Could you reproduce the lines below from the one with "v -24.367 46.609 0" through the one with "v -22.423 45.486 1.5"? Keep both ends and add nothing.

** EXERCISE MATERIAL follows **

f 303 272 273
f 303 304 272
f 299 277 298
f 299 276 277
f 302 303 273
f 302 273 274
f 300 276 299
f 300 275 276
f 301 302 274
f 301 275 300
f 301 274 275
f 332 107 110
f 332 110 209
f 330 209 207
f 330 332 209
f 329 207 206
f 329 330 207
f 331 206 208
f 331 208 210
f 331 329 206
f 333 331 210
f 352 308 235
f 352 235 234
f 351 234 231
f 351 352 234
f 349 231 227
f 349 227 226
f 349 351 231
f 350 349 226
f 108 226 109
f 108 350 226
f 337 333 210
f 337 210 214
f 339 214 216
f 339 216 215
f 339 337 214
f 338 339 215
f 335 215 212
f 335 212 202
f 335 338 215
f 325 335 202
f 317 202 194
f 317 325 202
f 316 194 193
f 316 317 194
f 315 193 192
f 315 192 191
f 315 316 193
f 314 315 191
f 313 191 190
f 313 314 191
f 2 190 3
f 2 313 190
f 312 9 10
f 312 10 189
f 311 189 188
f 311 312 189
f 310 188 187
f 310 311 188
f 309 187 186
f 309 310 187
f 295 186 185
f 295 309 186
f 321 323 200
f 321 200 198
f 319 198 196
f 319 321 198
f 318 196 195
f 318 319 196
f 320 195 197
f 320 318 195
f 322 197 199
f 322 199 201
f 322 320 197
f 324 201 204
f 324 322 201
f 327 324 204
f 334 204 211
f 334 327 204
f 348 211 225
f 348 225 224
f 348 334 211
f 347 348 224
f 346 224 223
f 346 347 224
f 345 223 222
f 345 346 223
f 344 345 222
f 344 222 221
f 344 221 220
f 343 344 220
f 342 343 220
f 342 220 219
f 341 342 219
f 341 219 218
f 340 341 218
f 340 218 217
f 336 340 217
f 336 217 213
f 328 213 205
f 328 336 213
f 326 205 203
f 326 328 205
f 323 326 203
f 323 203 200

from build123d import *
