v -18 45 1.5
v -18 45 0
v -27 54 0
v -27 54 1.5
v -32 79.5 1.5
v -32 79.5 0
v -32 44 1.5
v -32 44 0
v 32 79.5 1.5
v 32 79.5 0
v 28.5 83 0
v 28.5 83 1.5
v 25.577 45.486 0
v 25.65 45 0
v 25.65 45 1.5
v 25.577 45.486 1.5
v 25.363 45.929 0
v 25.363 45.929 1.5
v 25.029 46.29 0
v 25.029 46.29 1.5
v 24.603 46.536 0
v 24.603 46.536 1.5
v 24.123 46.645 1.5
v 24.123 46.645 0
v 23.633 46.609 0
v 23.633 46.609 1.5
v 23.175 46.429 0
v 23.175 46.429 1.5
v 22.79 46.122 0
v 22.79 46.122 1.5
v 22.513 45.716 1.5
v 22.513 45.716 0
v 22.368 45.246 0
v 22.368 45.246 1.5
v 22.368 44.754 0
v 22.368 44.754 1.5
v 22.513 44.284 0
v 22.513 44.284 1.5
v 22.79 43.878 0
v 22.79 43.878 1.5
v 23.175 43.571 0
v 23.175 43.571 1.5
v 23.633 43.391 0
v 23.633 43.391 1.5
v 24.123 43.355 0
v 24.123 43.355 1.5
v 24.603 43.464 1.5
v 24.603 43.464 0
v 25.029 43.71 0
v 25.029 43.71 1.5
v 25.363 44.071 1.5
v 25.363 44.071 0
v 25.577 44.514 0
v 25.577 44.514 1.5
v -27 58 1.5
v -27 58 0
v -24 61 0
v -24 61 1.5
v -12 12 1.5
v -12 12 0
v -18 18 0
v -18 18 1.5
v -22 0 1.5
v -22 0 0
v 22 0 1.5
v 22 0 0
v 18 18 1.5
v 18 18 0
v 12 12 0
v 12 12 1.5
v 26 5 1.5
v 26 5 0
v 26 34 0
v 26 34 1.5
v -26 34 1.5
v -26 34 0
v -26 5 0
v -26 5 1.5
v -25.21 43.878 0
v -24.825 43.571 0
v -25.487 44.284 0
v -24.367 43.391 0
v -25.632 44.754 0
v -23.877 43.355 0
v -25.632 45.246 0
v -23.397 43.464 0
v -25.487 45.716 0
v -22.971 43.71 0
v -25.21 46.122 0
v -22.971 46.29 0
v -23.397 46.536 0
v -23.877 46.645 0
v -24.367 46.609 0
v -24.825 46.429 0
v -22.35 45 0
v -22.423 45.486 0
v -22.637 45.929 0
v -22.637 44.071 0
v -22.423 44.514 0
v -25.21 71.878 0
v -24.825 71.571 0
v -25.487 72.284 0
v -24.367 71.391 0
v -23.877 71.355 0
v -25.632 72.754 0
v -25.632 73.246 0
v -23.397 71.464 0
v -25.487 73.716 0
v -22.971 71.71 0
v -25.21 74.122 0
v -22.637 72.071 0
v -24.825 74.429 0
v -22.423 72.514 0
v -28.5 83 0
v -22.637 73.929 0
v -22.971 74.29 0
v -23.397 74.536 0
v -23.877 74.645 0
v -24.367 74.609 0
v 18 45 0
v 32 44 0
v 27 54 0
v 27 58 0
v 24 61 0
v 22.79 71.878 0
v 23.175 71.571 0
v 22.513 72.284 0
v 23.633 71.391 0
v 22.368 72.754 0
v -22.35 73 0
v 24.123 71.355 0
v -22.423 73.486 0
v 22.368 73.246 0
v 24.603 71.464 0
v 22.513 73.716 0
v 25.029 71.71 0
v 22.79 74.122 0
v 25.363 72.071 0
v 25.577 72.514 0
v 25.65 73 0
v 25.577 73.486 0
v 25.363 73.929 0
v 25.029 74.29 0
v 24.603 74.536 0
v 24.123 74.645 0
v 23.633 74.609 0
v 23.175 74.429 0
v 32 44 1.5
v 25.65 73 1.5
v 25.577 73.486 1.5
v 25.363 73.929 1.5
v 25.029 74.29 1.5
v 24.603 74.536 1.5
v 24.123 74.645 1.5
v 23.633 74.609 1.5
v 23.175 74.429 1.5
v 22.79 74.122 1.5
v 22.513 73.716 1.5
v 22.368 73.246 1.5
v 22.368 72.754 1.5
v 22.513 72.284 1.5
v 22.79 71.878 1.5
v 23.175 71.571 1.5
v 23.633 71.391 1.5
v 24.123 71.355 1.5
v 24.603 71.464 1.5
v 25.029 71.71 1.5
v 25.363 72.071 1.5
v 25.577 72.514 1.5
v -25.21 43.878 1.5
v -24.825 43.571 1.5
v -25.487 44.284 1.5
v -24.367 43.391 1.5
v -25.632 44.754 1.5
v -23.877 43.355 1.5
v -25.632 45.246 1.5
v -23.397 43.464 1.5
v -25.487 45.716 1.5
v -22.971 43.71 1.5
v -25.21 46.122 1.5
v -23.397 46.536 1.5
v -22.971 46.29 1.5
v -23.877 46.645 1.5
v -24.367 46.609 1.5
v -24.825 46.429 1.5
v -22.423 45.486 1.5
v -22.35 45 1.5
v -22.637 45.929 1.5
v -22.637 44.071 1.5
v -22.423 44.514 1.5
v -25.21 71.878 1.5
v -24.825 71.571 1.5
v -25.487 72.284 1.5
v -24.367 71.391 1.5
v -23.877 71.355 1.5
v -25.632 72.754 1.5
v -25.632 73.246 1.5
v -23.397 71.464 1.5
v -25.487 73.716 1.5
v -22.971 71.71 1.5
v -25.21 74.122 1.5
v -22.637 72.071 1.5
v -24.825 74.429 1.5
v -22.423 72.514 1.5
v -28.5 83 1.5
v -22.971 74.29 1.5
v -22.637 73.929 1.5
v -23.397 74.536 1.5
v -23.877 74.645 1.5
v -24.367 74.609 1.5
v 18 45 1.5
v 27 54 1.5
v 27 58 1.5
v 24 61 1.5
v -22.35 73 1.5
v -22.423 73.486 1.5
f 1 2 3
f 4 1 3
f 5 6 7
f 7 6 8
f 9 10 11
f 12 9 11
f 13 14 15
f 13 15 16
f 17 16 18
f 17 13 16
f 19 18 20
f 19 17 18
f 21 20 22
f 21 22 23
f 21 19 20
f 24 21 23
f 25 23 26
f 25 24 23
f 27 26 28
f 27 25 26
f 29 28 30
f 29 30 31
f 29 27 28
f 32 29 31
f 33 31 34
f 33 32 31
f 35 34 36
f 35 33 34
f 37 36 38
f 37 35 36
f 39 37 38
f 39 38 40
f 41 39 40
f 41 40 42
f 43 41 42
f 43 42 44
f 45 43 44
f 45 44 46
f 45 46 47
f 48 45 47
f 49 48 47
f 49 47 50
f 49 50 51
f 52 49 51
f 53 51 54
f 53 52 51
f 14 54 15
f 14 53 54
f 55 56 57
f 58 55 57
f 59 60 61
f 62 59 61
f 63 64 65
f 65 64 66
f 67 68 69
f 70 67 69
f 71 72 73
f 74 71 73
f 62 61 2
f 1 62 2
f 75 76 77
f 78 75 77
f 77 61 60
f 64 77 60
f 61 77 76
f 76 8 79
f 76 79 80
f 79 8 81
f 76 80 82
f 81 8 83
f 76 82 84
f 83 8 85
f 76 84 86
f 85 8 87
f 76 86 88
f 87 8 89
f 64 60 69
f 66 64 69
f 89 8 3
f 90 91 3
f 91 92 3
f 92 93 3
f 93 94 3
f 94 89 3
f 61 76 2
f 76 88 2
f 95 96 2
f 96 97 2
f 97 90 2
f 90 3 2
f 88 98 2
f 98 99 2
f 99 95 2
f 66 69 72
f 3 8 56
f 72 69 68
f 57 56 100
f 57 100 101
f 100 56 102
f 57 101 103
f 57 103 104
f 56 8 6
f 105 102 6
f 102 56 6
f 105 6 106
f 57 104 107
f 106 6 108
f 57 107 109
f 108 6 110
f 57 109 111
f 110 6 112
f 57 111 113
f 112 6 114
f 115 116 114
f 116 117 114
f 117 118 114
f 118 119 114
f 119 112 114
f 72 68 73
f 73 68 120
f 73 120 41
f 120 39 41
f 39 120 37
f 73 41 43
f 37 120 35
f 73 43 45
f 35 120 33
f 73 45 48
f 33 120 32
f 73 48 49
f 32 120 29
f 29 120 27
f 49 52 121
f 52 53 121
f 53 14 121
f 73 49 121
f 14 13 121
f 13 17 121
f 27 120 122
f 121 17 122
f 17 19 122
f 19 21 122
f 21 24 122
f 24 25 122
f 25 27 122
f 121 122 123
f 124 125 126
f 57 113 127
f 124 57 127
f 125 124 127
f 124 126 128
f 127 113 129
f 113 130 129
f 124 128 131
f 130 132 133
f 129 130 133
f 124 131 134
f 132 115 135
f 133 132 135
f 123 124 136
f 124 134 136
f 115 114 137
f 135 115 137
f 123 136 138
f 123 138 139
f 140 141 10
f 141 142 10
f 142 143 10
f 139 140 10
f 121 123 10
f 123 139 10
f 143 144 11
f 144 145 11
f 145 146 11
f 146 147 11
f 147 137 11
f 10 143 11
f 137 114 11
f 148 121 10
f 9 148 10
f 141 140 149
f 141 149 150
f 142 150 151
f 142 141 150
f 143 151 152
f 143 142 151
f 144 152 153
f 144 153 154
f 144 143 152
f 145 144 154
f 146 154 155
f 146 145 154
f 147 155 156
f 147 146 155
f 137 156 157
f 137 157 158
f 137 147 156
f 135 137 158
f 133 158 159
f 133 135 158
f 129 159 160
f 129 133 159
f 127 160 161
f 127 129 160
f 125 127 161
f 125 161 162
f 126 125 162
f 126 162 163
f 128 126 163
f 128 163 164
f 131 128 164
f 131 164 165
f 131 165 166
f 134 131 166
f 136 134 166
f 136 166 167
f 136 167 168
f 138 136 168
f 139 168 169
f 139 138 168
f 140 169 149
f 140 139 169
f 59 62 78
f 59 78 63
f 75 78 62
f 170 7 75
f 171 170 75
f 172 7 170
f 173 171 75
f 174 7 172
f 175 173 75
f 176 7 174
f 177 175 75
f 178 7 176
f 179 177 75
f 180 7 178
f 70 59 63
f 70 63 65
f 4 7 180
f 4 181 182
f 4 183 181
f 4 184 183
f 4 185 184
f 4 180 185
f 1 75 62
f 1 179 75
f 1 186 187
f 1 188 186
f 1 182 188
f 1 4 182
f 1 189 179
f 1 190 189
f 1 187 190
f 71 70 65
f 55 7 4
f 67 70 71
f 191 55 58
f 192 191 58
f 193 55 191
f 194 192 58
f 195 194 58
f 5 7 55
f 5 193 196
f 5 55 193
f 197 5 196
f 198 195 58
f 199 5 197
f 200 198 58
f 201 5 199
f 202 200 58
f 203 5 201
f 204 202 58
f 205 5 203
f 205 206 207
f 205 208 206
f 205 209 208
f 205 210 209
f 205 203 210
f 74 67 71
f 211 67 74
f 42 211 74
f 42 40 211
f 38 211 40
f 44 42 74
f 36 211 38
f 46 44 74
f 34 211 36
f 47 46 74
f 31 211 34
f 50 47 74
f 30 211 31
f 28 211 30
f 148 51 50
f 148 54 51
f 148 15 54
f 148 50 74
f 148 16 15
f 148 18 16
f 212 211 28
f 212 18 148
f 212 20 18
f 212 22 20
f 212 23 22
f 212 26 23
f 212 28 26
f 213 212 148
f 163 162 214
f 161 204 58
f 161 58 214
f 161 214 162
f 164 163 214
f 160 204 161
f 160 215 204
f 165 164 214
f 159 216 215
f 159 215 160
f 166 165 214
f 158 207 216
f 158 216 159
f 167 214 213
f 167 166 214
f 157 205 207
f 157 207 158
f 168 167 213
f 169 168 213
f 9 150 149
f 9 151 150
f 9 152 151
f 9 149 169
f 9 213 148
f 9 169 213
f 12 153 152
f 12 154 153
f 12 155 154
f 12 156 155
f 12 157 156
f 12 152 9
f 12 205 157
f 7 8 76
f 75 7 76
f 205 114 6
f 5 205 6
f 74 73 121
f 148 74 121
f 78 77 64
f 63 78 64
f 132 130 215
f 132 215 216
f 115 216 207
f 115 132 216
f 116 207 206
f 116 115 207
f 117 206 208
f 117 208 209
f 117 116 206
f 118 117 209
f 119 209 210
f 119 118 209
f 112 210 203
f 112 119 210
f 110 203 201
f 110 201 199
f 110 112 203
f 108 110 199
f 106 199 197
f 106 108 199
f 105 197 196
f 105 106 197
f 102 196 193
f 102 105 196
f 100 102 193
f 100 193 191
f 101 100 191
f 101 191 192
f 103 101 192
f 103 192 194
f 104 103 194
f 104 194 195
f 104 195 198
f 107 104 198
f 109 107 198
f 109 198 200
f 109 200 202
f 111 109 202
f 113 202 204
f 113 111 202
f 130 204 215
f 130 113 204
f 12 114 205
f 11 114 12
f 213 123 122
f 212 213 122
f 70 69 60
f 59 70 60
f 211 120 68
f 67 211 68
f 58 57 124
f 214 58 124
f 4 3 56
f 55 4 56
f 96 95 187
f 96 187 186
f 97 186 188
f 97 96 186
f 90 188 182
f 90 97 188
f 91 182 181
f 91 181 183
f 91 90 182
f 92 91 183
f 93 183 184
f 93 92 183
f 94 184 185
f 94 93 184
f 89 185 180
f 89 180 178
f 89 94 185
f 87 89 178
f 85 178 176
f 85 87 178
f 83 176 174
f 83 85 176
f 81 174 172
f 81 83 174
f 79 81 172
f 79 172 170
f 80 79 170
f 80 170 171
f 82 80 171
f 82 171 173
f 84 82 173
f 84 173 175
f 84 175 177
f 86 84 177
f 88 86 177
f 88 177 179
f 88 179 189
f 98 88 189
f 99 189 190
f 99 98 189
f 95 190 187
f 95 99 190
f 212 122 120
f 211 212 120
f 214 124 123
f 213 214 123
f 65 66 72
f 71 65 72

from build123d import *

# Parameters (mm, degrees)
SKETCH_1_R            = 1.65
EXTRUDE_267_DEPTH     = 1.5
SKETCH_3_W            = 200
SKETCH_3_H            = 2
CUT_EXTRUDE_0P5_DEPTH = 1.5


with BuildPart() as part:
    # 草图1 → Extrude 267 (new body)
    with BuildSketch(Plane.XY):
        Polygon((-22, 0), (22, 0), (26, 5), (26, 34), (32, 44), (32, 79.5), (28, 83.5), (-28, 83.5), (-32, 79.5), (-32, 44), (-26, 34), (-26, 5), align=None)
        with Locations((-24, 45)):
            Circle(SKETCH_1_R, mode=Mode.SUBTRACT)
        with Locations((24, 45)):
            Circle(SKETCH_1_R, mode=Mode.SUBTRACT)
        with Locations((-24, 73)):
            Circle(SKETCH_1_R, mode=Mode.SUBTRACT)
        with Locations((24, 73)):
            Circle(SKETCH_1_R, mode=Mode.SUBTRACT)
        Polygon((-24, 61), (24, 61), (27, 58), (27, 54), (18, 45), (18, 18), (12, 12), (-12, 12), (-18, 18), (-18, 45), (-27, 54), (-27, 58), align=None, mode=Mode.SUBTRACT)
    extrude(amount=EXTRUDE_267_DEPTH)

    # 草图3 → 底板加厚上沿退让0p5 (cut)
    with BuildSketch(Plane.XY):
        with Locations((0, 84)):
            Rectangle(SKETCH_3_W, SKETCH_3_H)
    extrude(amount=CUT_EXTRUDE_0P5_DEPTH, mode=Mode.SUBTRACT)


solid = part.part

** End of EXERCISE MATERIAL **

ANSWER TO THIS EXERCISE:
v -24.367 46.609 0
v -24.825 46.429 0
v -22.35 45 0
v -22.423 45.486 0
v -22.637 45.929 0
v -22.637 44.071 0
v -22.423 44.514 0
v -25.21 71.878 0
v -24.825 71.571 0
v -25.487 72.284 0
v -24.367 71.391 0
v -23.877 71.355 0
v -25.632 72.754 0
v -25.632 73.246 0
v -23.397 71.464 0
v -25.487 73.716 0
v -22.971 71.71 0
v -25.21 74.122 0
v -22.637 72.071 0
v -24.825 74.429 0
v -22.423 72.514 0
v -28.5 83 0
v -22.637 73.929 0
v -22.971 74.29 0
v -23.397 74.536 0
v -23.877 74.645 0
v -24.367 74.609 0
v 18 45 0
v 32 44 0
v 27 54 0
v 27 58 0
v 24 61 0
v 22.79 71.878 0
v 23.175 71.571 0
v 22.513 72.284 0
v 23.633 71.391 0
v 22.368 72.754 0
v -22.35 73 0
v 24.123 71.355 0
v -22.423 73.486 0
v 22.368 73.246 0
v 24.603 71.464 0
v 22.513 73.716 0
v 25.029 71.71 0
v 22.79 74.122 0
v 25.363 72.071 0
v 25.577 72.514 0
v 25.65 73 0
v 25.577 73.486 0
v 25.363 73.929 0
v 25.029 74.29 0
v 24.603 74.536 0
v 24.123 74.645 0
v 23.633 74.609 0
v 23.175 74.429 0
v 32 44 1.5
v 25.65 73 1.5
v 25.577 73.486 1.5
v 25.363 73.929 1.5
v 25.029 74.29 1.5
v 24.603 74.536 1.5
v 24.123 74.645 1.5
v 23.633 74.609 1.5
v 23.175 74.429 1.5
v 22.79 74.122 1.5
v 22.513 73.716 1.5
v 22.368 73.246 1.5
v 22.368 72.754 1.5
v 22.513 72.284 1.5
v 22.79 71.878 1.5
v 23.175 71.571 1.5
v 23.633 71.391 1.5
v 24.123 71.355 1.5
v 24.603 71.464 1.5
v 25.029 71.71 1.5
v 25.363 72.071 1.5
v 25.577 72.514 1.5
v -25.21 43.878 1.5
v -24.825 43.571 1.5
v -25.487 44.284 1.5
v -24.367 43.391 1.5
v -25.632 44.754 1.5
v -23.877 43.355 1.5
v -25.632 45.246 1.5
v -23.397 43.464 1.5
v -25.487 45.716 1.5
v -22.971 43.71 1.5
v -25.21 46.122 1.5
v -23.397 46.536 1.5
v -22.971 46.29 1.5
v -23.877 46.645 1.5
v -24.367 46.609 1.5
v -24.825 46.429 1.5
v -22.423 45.486 1.5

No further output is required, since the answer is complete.